Schon die alten Ägypter, aber auch Hippokrates, Hildegard von Bingen, Paracelsus und nicht zuletzt Pfarrer Kneipp bewerten die Wegwarte als wertvolle Heilpflanze. Für Heilzwecke werden nur die Pflanzenteile der wildwachsenden Wegwarte gesammelt. Die Wurzel gräbt man von Mitte März bis Ende Mai aus, Blätter und Blüten werden im Juli und August gesammelt. Blüten und Blättern enthalten Bitterstoffe, Gerbstoffe, Cichoriensäure, Cumarin, Eisen. In der Wurzel ist der Hauptbestandteil Insulin (ca. 50 – 60 %) [2]
Bereits im Gart der Gesundheit, in einem der ersten gedruckten Kräuterbücher in deutscher Sprache, wurde die Wegwarte als wichtige Heilpflanze genannt.
Tee aus Blättern, Blüten und Wurzel wirkt blutreinigend, Gallensteinableitung und ist appetit- und verdauungsanregend. In der Homöopathie wird die Wegwarte ebenfalls bei Verdauungsschwäche eingesetzt.
In der Küche kann man Blätter und Blüten zu Salaten verarbeiten (Vorsicht: bitter!).
Die bekannteste Anwendung ist jedoch der Zichorienkaffee. Dazu wird die Wurzel gereinigt, getrocknet und geröstet (nicht zu stark) und zu Pulver verrieben.
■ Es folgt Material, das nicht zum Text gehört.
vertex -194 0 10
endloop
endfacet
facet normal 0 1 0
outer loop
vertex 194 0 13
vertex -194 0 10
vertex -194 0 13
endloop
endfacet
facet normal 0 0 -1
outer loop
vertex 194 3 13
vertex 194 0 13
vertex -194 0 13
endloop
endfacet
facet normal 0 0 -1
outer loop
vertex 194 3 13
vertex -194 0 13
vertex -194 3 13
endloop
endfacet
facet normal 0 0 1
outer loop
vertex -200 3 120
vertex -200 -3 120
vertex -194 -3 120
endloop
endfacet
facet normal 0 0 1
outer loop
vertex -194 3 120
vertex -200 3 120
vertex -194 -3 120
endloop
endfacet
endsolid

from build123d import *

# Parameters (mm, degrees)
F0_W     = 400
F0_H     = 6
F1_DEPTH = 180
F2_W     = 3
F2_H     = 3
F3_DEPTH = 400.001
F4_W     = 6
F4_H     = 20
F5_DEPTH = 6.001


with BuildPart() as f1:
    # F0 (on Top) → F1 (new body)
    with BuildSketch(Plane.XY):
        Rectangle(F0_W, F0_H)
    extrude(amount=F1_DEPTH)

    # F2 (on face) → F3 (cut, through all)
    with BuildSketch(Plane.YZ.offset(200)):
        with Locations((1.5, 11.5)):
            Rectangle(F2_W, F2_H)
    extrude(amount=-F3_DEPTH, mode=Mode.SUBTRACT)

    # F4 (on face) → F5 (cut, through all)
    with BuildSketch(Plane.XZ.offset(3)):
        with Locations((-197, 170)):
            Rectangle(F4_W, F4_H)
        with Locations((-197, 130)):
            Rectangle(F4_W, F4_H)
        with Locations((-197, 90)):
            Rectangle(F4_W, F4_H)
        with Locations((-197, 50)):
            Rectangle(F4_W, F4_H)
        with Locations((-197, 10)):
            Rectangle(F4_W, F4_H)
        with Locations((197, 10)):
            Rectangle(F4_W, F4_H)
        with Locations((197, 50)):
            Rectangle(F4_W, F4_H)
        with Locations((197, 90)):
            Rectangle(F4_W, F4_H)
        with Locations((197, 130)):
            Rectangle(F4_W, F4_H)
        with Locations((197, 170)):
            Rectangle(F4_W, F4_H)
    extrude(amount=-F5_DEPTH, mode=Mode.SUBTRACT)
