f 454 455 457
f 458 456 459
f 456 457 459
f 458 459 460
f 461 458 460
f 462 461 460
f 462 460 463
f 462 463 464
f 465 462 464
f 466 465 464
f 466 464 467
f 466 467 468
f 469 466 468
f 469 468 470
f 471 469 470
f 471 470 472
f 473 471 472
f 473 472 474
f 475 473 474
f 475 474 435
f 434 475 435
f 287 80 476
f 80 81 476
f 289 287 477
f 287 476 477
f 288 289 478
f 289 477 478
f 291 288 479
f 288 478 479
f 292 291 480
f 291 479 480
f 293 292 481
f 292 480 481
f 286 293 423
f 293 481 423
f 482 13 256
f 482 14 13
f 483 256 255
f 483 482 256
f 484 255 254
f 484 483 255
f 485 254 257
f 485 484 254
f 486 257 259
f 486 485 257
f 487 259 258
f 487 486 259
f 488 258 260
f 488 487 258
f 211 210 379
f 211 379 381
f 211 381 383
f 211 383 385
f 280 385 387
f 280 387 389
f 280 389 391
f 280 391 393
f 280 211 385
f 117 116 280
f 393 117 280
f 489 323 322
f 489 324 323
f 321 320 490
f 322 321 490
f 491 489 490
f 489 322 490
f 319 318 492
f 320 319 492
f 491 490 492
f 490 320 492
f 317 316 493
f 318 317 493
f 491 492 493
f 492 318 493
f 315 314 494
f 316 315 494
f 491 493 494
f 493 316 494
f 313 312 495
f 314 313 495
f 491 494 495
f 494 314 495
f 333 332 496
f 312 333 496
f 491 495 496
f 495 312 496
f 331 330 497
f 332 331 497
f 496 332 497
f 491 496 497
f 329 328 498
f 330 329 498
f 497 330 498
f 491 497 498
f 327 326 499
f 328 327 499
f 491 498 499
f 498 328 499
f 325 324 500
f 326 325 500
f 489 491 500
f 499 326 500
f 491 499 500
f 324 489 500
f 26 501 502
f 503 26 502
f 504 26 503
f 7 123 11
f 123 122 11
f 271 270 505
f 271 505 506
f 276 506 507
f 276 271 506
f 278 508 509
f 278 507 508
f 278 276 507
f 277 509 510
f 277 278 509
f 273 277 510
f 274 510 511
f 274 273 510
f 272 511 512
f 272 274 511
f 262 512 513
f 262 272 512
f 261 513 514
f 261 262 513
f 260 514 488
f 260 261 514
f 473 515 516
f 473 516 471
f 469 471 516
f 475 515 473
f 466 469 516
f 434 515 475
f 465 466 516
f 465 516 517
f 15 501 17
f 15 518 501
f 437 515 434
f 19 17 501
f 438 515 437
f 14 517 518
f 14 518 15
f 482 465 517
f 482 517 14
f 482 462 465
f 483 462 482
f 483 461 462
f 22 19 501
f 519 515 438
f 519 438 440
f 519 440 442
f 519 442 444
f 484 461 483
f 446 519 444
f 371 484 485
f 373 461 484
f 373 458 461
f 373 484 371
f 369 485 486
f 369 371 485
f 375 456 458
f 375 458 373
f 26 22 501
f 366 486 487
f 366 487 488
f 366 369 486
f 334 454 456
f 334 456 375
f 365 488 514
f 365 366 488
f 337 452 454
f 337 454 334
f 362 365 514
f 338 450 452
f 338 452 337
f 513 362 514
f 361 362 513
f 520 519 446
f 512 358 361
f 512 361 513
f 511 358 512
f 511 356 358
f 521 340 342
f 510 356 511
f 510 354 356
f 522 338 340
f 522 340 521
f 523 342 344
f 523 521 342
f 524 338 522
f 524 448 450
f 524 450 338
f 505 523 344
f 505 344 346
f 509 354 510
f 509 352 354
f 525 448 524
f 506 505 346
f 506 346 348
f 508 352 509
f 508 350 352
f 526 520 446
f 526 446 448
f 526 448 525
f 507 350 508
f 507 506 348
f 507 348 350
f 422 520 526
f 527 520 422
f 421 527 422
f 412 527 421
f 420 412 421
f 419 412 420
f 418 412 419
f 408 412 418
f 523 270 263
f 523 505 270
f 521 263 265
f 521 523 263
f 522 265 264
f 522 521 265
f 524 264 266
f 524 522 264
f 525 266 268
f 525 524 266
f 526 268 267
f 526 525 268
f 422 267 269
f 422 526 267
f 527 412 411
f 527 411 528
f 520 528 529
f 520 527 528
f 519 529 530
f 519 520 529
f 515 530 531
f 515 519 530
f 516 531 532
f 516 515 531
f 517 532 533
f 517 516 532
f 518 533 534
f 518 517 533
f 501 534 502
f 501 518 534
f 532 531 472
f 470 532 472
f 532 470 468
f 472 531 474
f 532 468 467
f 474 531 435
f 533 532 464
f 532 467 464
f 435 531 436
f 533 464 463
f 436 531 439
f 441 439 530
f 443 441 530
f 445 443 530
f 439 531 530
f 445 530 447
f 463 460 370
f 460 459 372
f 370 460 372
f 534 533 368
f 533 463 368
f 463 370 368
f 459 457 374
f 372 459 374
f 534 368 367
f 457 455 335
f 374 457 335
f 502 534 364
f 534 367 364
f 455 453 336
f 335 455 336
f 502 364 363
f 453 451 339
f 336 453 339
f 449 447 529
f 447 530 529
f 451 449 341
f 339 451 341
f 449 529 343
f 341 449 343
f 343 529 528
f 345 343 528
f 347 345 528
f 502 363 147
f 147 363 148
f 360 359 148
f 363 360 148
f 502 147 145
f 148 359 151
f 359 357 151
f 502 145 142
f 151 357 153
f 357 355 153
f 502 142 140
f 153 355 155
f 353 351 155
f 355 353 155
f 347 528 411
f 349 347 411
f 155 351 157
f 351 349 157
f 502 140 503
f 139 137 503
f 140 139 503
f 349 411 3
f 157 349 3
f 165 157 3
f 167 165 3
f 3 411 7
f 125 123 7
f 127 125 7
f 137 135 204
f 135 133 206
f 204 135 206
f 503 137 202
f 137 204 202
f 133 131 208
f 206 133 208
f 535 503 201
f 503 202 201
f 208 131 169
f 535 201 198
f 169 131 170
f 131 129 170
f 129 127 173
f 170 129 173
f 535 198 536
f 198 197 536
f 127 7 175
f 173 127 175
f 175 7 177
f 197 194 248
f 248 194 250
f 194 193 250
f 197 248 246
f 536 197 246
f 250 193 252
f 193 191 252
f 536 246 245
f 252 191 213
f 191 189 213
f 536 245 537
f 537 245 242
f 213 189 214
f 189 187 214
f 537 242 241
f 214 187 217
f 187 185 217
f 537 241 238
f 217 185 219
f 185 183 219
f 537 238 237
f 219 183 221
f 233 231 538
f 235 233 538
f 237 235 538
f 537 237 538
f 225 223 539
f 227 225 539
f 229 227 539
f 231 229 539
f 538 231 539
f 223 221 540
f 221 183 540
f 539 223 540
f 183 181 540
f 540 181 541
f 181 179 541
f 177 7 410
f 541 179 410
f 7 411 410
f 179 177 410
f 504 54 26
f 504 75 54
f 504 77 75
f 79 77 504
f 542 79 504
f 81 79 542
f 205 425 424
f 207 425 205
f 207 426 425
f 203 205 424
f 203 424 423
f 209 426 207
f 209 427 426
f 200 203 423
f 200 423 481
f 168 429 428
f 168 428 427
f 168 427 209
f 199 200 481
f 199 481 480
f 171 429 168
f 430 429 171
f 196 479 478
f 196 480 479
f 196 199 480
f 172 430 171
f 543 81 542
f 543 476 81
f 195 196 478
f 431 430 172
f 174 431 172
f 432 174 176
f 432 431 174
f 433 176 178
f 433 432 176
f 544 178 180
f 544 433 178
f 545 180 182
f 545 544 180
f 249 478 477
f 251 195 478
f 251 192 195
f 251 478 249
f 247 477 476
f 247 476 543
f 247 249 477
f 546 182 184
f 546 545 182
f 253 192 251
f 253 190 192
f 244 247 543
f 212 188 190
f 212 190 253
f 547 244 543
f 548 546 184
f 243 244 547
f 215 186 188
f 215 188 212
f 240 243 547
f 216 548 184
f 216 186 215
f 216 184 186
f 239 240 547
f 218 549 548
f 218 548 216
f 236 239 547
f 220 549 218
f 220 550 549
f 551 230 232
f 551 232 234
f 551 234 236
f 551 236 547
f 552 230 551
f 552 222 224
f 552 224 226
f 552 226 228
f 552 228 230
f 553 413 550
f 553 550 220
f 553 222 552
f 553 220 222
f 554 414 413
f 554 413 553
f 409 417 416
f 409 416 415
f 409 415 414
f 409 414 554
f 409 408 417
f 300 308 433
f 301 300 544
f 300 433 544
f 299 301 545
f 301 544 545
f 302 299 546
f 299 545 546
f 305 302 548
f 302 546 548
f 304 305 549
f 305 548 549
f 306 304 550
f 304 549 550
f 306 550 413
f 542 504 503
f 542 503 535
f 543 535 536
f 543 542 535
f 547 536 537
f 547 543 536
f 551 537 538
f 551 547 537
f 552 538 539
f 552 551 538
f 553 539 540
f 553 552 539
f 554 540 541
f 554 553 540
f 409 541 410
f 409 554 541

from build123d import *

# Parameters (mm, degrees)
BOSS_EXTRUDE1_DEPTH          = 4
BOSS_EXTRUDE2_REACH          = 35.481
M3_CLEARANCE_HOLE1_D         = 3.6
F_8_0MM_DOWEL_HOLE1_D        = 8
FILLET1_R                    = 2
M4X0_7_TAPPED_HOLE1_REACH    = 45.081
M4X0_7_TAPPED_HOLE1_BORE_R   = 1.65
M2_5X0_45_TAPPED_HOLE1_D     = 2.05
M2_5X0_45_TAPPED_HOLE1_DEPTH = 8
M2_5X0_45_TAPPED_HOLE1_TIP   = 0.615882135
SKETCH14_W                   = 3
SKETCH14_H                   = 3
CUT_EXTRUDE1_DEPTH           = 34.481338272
Im 18. Jahrhundert wurde entdeckt, dass die geröstete Wurzel der Wegwarte Ersatz für den teuren Bohnenkaffee bot. «Friedrich der Große (1712 -1786) förderte den Anbau der Pflanze. Noch größere Bedeutung erlangte der Kaffeeersatz durch Napoleon, als er 1806 die Kontinentalsperre verhängte und damit einen Mangel an Lebens- und Genussmitteln auslöste. Als Verballhornung vom französischen „Mocca faux“ (= falscher Kaffee) etablierte sich bald der Name „Muckefuck“».[3]
Meine Oma hat in den schlechten Zeiten Zichorienkaffee mit Malzkaffee gemischt. Heute bieten Biokaffees auch noch Zichorien- oder Löwenzahnkaffee an. Der Geschmack ist aber gewöhnungsbedürftig!
Der Wegwarte werden auch Zauberkräfte zugeschrieben. Sie ist das Symbol treuer Liebe in Verbindung mit meist vergeblichem Warten. In zahlreichen Legenden steht die Pflanze als verzauberte Jungfrau (Prinzessin) mit blauen Augen am Wegesrand und hofft auf die Rückkehr ihres Geliebten. Aber vergeblich! Und sie sagt:
«Eh dass ich lass das Weinen stahn,
will lieber auf die Wegscheid gahn,
ein Feldblum dort zu werden» [4]
Im Christentum symbolisiert die bittere Wegwarte die Passion Christi.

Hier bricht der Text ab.